While David’s “quirkiness” created memorable devotionals from the Psalms, the place I most vividly recall his quirkiness in the book was the “author’s bio” at the end. (Unfortunately, I lent the book to someone and don’t recall who I gave it to, so I can’t go grab it off my shelf and type the bio accurately.) But what I recall is that just before the back cover was a photo of Mr. Crowder peering out a window. Under the photo, it said something like this…

“David Crowder is the pastor of music and arts at University Baptist Church in Waco, Texas, where he lives with his beautiful wife, Toni. He is also the lead singer and frontman for the band that bears his name. This is his first book. David is peering into the distance because the photographer told him to. Perhaps it makes him look smarter. Also, he is writing this in third person.”

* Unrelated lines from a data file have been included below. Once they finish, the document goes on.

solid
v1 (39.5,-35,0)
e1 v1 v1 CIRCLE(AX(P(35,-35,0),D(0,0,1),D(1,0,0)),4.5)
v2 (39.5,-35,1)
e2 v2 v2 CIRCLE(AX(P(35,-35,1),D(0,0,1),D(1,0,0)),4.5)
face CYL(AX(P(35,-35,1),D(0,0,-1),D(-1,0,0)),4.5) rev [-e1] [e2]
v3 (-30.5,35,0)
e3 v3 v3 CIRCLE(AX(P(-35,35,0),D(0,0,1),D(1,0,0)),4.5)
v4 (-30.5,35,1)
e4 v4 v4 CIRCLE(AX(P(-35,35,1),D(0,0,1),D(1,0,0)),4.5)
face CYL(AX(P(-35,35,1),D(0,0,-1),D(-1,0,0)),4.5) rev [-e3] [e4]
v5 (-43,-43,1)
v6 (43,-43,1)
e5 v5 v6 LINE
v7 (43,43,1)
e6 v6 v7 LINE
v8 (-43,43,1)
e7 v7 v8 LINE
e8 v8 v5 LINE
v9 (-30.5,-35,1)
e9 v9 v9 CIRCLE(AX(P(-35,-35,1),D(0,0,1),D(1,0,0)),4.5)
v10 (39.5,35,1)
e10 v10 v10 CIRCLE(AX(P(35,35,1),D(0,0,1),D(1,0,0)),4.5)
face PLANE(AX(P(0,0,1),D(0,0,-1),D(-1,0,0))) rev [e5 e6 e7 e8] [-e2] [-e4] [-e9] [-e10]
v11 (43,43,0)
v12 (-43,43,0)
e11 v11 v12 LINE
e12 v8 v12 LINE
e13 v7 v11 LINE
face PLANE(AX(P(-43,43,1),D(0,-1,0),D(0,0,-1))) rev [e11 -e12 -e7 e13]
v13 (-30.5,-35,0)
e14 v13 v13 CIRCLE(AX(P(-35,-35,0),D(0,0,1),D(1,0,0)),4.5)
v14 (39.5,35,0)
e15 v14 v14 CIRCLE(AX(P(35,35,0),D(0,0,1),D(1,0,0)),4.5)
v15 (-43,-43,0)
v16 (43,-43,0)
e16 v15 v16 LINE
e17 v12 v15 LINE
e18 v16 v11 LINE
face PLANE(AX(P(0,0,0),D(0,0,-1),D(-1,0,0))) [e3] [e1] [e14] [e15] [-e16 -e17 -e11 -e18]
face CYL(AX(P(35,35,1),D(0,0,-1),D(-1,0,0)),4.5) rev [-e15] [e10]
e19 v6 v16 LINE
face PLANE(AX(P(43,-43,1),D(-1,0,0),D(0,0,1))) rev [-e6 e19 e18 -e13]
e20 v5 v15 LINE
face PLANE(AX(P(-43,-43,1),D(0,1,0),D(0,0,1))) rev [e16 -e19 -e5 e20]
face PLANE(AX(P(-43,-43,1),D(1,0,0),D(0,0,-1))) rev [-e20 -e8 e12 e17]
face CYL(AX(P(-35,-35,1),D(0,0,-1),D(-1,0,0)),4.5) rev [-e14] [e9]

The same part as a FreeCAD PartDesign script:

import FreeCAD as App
import Part
import Sketcher
Q = App.Units.Quantity

doc = App.newDocument("Part")
body = doc.addObject("PartDesign::Body", "Body")

sketch1 = doc.addObject("Sketcher::SketchObject", "Sketch")
body.addObject(sketch1)
sketch1.AttachmentSupport = (doc.XY_Plane, [""])
sketch1.MapMode = "FlatFace"
sketch1.addGeometry(Part.LineSegment(App.Vector(-43, 43, 0), App.Vector(-43, -43, 0)), False)
sketch1.addGeometry(Part.LineSegment(App.Vector(-43, -43, 0), App.Vector(43, -43, 0)), False)
sketch1.addGeometry(Part.LineSegment(App.Vector(43, -43, 0), App.Vector(43, 43, 0)), False)
sketch1.addGeometry(Part.LineSegment(App.Vector(43, 43, 0), App.Vector(-43, 43, 0)), False)
sketch1.addGeometry(Part.Circle(App.Vector(-35, -35, 0), App.Vector(0, 0, 1), 4.5), False)
sketch1.addGeometry(Part.Circle(App.Vector(35, -35, 0), App.Vector(0, 0, 1), 4.5), False)
sketch1.addGeometry(Part.Circle(App.Vector(-35, 35, 0), App.Vector(0, 0, 1), 4.5), False)
sketch1.addGeometry(Part.Circle(App.Vector(35, 35, 0), App.Vector(0, 0, 1), 4.5), False)
sketch1.addConstraint(Sketcher.Constraint("Coincident", 0, 2, 1, 1))
sketch1.addConstraint(Sketcher.Constraint("Coincident", 1, 2, 2, 1))
sketch1.addConstraint(Sketcher.Constraint("Coincident", 2, 2, 3, 1))
sketch1.addConstraint(Sketcher.Constraint("Coincident", 3, 2, 0, 1))
sketch1.addConstraint(Sketcher.Constraint("Vertical", 0))
sketch1.addConstraint(Sketcher.Constraint("Horizontal", 1))
sketch1.addConstraint(Sketcher.Constraint("Vertical", 2))
sketch1.addConstraint(Sketcher.Constraint("Horizontal", 3))
sketch1.addConstraint(Sketcher.Constraint("Equal", 4, 5))
sketch1.addConstraint(Sketcher.Constraint("Equal", 5, 6))
sketch1.addConstraint(Sketcher.Constraint("Equal", 6, 7))
sketch1.addConstraint(Sketcher.Constraint("Symmetric", 5, 3, 6, 3, -1, 1))
sketch1.addConstraint(Sketcher.Constraint("Symmetric", 4, 3, 7, 3, -1, 1))
sketch1.addConstraint(Sketcher.Constraint("Symmetric", 0, 2, 2, 2, -1, 1))
sketch1.addConstraint(Sketcher.Constraint("Symmetric", 4, 3, 5, 3, -2))
sketch1.addConstraint(Sketcher.Constraint("Equal", 3, 0))
sketch1.addConstraint(Sketcher.Constraint("Diameter", 4, Q("9 mm")))
sketch1.addConstraint(Sketcher.Constraint("DistanceX", 1, 1, 1, 2, Q("86 mm")))
sketch1.addConstraint(Sketcher.Constraint("DistanceX", 4, 3, -1, 1, Q("35 mm")))
sketch1.addConstraint(Sketcher.Constraint("DistanceY", 4, 3, -1, 1, Q("35 mm")))
pad1 = doc.addObject("PartDesign::Pad", "Pad")
body.addObject(pad1)
pad1.Profile = sketch1
pad1.Length = 1

doc.recompute()
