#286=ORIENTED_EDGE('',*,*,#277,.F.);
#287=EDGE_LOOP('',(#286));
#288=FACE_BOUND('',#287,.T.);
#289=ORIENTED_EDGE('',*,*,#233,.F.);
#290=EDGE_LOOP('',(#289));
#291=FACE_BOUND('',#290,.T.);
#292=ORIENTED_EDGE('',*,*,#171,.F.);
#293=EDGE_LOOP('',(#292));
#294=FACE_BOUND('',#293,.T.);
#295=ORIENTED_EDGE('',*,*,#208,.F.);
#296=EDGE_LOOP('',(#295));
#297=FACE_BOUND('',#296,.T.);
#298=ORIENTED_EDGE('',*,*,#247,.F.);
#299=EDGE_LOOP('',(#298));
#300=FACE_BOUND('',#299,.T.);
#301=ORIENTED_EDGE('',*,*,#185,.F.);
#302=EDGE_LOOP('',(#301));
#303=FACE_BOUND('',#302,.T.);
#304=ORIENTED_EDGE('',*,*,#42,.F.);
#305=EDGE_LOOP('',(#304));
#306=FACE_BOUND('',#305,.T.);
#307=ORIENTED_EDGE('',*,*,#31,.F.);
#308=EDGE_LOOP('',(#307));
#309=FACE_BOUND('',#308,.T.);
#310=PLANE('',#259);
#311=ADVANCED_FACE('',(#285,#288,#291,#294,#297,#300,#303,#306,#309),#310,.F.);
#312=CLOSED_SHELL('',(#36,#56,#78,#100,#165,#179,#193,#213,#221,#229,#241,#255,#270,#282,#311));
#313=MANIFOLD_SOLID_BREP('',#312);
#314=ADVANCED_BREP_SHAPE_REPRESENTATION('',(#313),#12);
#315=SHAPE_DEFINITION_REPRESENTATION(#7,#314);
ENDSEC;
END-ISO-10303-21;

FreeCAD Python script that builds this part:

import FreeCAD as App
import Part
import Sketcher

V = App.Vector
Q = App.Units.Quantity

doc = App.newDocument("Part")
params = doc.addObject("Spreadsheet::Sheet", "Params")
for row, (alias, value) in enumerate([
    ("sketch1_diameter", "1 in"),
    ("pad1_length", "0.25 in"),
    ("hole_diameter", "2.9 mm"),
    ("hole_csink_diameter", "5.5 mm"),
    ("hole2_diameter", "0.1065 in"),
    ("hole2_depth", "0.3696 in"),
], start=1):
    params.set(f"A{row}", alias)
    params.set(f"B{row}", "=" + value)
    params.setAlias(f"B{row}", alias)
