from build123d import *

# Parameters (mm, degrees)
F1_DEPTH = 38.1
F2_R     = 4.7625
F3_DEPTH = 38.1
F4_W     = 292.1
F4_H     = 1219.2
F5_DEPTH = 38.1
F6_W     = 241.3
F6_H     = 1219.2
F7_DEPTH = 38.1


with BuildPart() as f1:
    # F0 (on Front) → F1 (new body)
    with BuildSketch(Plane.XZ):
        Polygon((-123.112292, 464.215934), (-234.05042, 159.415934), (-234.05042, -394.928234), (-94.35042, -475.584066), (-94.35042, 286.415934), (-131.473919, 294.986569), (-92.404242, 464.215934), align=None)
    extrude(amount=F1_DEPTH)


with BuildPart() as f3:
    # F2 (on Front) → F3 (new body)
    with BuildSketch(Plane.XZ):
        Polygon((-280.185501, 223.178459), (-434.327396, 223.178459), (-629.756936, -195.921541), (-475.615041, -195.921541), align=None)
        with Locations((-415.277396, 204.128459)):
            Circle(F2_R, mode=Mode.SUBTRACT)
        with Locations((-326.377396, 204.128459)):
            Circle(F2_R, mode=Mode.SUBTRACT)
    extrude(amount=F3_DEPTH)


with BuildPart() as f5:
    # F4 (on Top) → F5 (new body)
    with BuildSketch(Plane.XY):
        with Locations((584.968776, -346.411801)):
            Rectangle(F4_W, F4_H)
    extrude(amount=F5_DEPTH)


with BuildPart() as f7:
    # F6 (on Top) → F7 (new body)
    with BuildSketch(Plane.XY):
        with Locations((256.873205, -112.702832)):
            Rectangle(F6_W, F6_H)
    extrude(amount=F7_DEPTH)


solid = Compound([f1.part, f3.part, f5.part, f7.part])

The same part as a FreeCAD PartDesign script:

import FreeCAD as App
import Part
import Sketcher

V = App.Vector
Q = App.Units.Quantity

doc = App.newDocument("Part")
body = doc.addObject("PartDesign::Body", "Body")

sketch1 = doc.addObject("Sketcher::SketchObject", "Sketch")
body.addObject(sketch1)
sketch1.AttachmentSupport = (doc.XZ_Plane, [""])
sketch1.MapMode = "FlatFace"
sketch1.addGeometry(Part.LineSegment(V(-123, 464, 0), V(-234, 159, 0)), False)
sketch1.addGeometry(Part.LineSegment(V(-234, 159, 0), V(-234, -395, 0)), False)
sketch1.addGeometry(Part.LineSegment(V(-234, -395, 0), V(-94, -476, 0)), False)
sketch1.addGeometry(Part.LineSegment(V(-94, -476, 0), V(-94, 286, 0)), False)
sketch1.addGeometry(Part.LineSegment(V(-94, 286, 0), V(-131, 295, 0)), False)
sketch1.addGeometry(Part.LineSegment(V(-131, 295, 0), V(-92, 464, 0)), False)
sketch1.addGeometry(Part.LineSegment(V(-92, 464, 0), V(-123, 464, 0)), False)
sketch1.addConstraint(Sketcher.Constraint("Coincident", 0, 2, 1, 1))
sketch1.addConstraint(Sketcher.Constraint("Coincident", 1, 2, 2, 1))
sketch1.addConstraint(Sketcher.Constraint("Coincident", 2, 2, 3, 1))
sketch1.addConstraint(Sketcher.Constraint("Coincident", 3, 2, 4, 1))
sketch1.addConstraint(Sketcher.Constraint("Coincident", 4, 2, 5, 1))
sketch1.addConstraint(Sketcher.Constraint("Coincident", 5, 2, 6, 1))
sketch1.addConstraint(Sketcher.Constraint("Coincident", 6, 2, 0, 1))
sketch1.addConstraint(Sketcher.Constraint("Vertical", 1))
sketch1.addConstraint(Sketcher.Constraint("Vertical", 3))
sketch1.addConstraint(Sketcher.Constraint("Horizontal", 6))
sketch1.addConstraint(Sketcher.Constraint("Perpendicular", 4, 5))
sketch1.addConstraint(Sketcher.Constraint("DistanceY", 3, 1, 3, 2, Q("30 in")))
sketch1.addConstraint(Sketcher.Constraint("Angle", 0, Q("-110 deg")))
sketch1.addConstraint(Sketcher.Constraint("Angle", 2, Q("-30 deg")))
sketch1.addConstraint(Sketcher.Constraint("Angle", 4, Q("167 deg")))
sketch1.addConstraint(Sketcher.Constraint("DistanceY", 2, 2, 0, 2, Q("25 in")))
sketch1.addConstraint(Sketcher.Constraint("DistanceY", 3, 2, 5, 2, Q("7 in")))
sketch1.addConstraint(Sketcher.Constraint("Distance", 4, Q("1.5 in")))
sketch1.addConstraint(Sketcher.Constraint("DistanceX", 1, 2, 2, 2, Q("5.5 in")))
sketch1.addConstraint(Sketcher.Constraint("DistanceX", 0, 2, -1, 1, Q("234.05042 mm")))
sketch1.addConstraint(Sketcher.Constraint("DistanceY", -1, 1, 4, 2, Q("294.986569 mm")))
pad1 = doc.addObject("PartDesign::Pad", "Pad")
body.addObject(pad1)
pad1.Profile = sketch1
pad1.Length = Q("1.5 in")
body2 = doc.addObject("PartDesign::Body", "Body001")

sketch2 = doc.addObject("Sketcher::SketchObject", "Sketch001")
body2.addObject(sketch2)
sketch2.AttachmentSupport = (doc.getObject("XZ_Plane001"), [""])
sketch2.MapMode = "FlatFace"
sketch2.addGeometry(Part.LineSegment(V(-280.2, 223.2, 0), V(-434.3, 223.2, 0)), False)
sketch2.addGeometry(Part.LineSegment(V(-434.3, 223.2, 0), V(-629.8, -195.9, 0)), False)
sketch2.addGeometry(Part.LineSegment(V(-629.8, -195.9, 0), V(-475.6, -195.9, 0)), False)
sketch2.addGeometry(Part.LineSegment(V(-475.6, -195.9, 0), V(-280.2, 223.2, 0)), False)
sketch2.addGeometry(Part.Circle(V(-415.3, 204.1, 0), V(0, 0, 1), 4.8), False)
sketch2.addGeometry(Part.Circle(V(-326.4, 204.1, 0), V(0, 0, 1), 4.8), False)
sketch2.addConstraint(Sketcher.Constraint("Coincident", 0, 2, 1, 1))
sketch2.addConstraint(Sketcher.Constraint("Coincident", 1, 2, 2, 1))
sketch2.addConstraint(Sketcher.Constraint("Coincident", 2, 2, 3, 1))
sketch2.addConstraint(Sketcher.Constraint("Coincident", 3, 2, 0, 1))
sketch2.addConstraint(Sketcher.Constraint("Horizontal", 0))
sketch2.addConstraint(Sketcher.Constraint("Horizontal", 2))
sketch2.addConstraint(Sketcher.Constraint("Equal", 4, 5))
sketch2.addConstraint(Sketcher.Constraint("Parallel", 1, 3))
sketch2.addConstraint(Sketcher.Constraint("Horizontal", 4, 3, 5, 3))
sketch2.addConstraint(Sketcher.Constraint("Diameter", 4, Q("0.375 in")))
sketch2.addConstraint(Sketcher.Constraint("Angle", 1, Q("-115 deg")))
sketch2.addConstraint(Sketcher.Constraint("DistanceX", 4, 3, 5, 3, Q("3.5 in")))
sketch2.addConstraint(Sketcher.Constraint("DistanceY", 1, 2, 0, 2, Q("16.5 in")))
sketch2.addConstraint(Sketcher.Constraint("DistanceX", 0, 2, 4, 3, Q("0.75 in")))
sketch2.addConstraint(Sketcher.Constraint("DistanceY", 4, 3, 0, 2, Q("0.75 in")))
sketch2.addConstraint(Sketcher.Constraint("DistanceX", 3, 2, -1, 1, Q("280.185501 mm")))
sketch2.addConstraint(Sketcher.Constraint("DistanceX", 0, 2, 0, 1, Q("154.141895 mm")))
sketch2.addConstraint(Sketcher.Constraint("DistanceY", -1, 1, 4, 3, Q("204.128459 mm")))
pad2 = doc.addObject("PartDesign::Pad", "Pad001")
body2.addObject(pad2)
pad2.Profile = sketch2
pad2.Length = Q("1.5 in")
body3 = doc.addObject("PartDesign::Body", "Body002")

sketch3 = doc.addObject("Sketcher::SketchObject", "Sketch002")
body3.addObject(sketch3)
sketch3.AttachmentSupport = (doc.getObject("XY_Plane002"), [""])
sketch3.MapMode = "FlatFace"
sketch3.addGeometry(Part.LineSegment(V(439, 263, 0), V(439, -956, 0)), False)
sketch3.addGeometry(Part.LineSegment(V(439, -956, 0), V(731, -956, 0)), False)
sketch3.addGeometry(Part.LineSegment(V(731, -956, 0), V(731, 263, 0)), False)
sketch3.addGeometry(Part.LineSegment(V(731, 263, 0), V(439, 263, 0)), False)
sketch3.addConstraint(Sketcher.Constraint("Coincident", 0, 2, 1, 1))
sketch3.addConstraint(Sketcher.Constraint("Coincident", 1, 2, 2, 1))
sketch3.addConstraint(Sketcher.Constraint("Coincident", 2, 2, 3, 1))
sketch3.addConstraint(Sketcher.Constraint("Coincident", 3, 2, 0, 1))
sketch3.addConstraint(Sketcher.Constraint("Vertical", 0))
sketch3.addConstraint(Sketcher.Constraint("Horizontal", 1))
sketch3.addConstraint(Sketcher.Constraint("Vertical", 2))
sketch3.addConstraint(Sketcher.Constraint("Horizontal", 3))
sketch3.addConstraint(Sketcher.Constraint("DistanceY", 0, 2, 0, 1, Q("48 in")))
sketch3.addConstraint(Sketcher.Constraint("DistanceX", 1, 1, 1, 2, Q("11.5 in")))
sketch3.addConstraint(Sketcher.Constraint("DistanceY", 0, 2, -1, 1, Q("956.011801 mm")))
sketch3.addConstraint(Sketcher.Constraint("DistanceX", -1, 1, 0, 2, Q("438.918776 mm")))
pad3 = doc.addObject("PartDesign::Pad", "Pad002")
body3.addObject(pad3)
pad3.Profile = sketch3
pad3.Length = Q("1.5 in")
body4 = doc.addObject("PartDesign::Body", "Body003")

sketch4 = doc.addObject("Sketcher::SketchObject", "Sketch003")
body4.addObject(sketch4)
sketch4.AttachmentSupport = (doc.getObject("XY_Plane003"), [""])
sketch4.MapMode = "FlatFace"
sketch4.addGeometry(Part.LineSegment(V(136, 497, 0), V(136, -722, 0)), False)
sketch4.addGeometry(Part.LineSegment(V(136, -722, 0), V(378, -722, 0)), False)
sketch4.addGeometry(Part.LineSegment(V(378, -722, 0), V(378, 497, 0)), False)
sketch4.addGeometry(Part.LineSegment(V(378, 497, 0), V(136, 497, 0)), False)
sketch4.addConstraint(Sketcher.Constraint("Coincident", 0, 2, 1, 1))
sketch4.addConstraint(Sketcher.Constraint("Coincident", 1, 2, 2, 1))
sketch4.addConstraint(Sketcher.Constraint("Coincident", 2, 2, 3, 1))
sketch4.addConstraint(Sketcher.Constraint("Coincident", 3, 2, 0, 1))
sketch4.addConstraint(Sketcher.Constraint("Vertical", 0))
sketch4.addConstraint(Sketcher.Constraint("Horizontal", 1))
sketch4.addConstraint(Sketcher.Constraint("Vertical", 2))
sketch4.addConstraint(Sketcher.Constraint("Horizontal", 3))
sketch4.addConstraint(Sketcher.Constraint("DistanceY", 0, 2, 0, 1, Q("48 in")))
sketch4.addConstraint(Sketcher.Constraint("DistanceX", 1, 1, 1, 2, Q("9.5 in")))
sketch4.addConstraint(Sketcher.Constraint("DistanceY", 0, 2, -1, 1, Q("722.302832 mm")))
sketch4.addConstraint(Sketcher.Constraint("DistanceX", -1, 1, 0, 2, Q("136.223205 mm")))
pad4 = doc.addObject("PartDesign::Pad", "Pad003")
body4.addObject(pad4)
pad4.Profile = sketch4
pad4.Length = Q("1.5 in")

doc.recompute()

If you were to write an “author’s bio” for yourself, you might not write it quite as humorously,(maybe you would) but I do suspect you’d do at least one thing similar. You’d write briefly.

Notice, Crowder didn’t write three chapters about himself. He wrote a brief paragraph. His bio is merely a snapshot of who he was when he wrote the book. And to keep his bio brief, he had to get right to the point.

Grace from the Get-Go

In Exodus 34:6-7, where God shares His “bio” with Moses, He doesn’t go on and on and on. He keeps it somewhat brief. This means God gets right to the point. However, He doesn’t start with His power, or His uniqueness, or even some deep theological concept. After stating His name, God starts His bio at the get-go with the words “merciful and gracious.”

Many people have the notion that the “God of the Old Testament” is a cranky old man who tells puny little humans to get off his lawn by killing them or demanding the impossible. But that is not the heart of God! He is full of mercy and grace. Not demanding, but patient. He is Loving. He is Present. He is all-knowing. He is… merciful and gracious.

While we can see and sense God’s mercy and graciousness in the air we breathe, or the people He’s brought into our lives, or even in the fact that we are given a new day every day, we see this characteristic most vividly through the cross of Christ. Jesus, God the Son, willingly went through the hell of crucifixion to give us the heaven of forgiveness. All of us were born in sin. Yet while our sin separates us from God, our sin does not repel Him. Rather He runs to us, taking on human flesh. Why? Because He is merciful and gracious. And out of His mercy & grace, He went to the cross to pay the penalty we couldn’t pay to give us the freedom we don’t deserve.

So if you’ve been writing God’s bio in your head as “can’t love someone like me,” or “doesn’t seem to care,” or even “full of hate,” please know that God DOES love you, for He is full of mercy and grace. After all, it’s the first thing He put in His brief bio. And I hope this truth redefines your bio.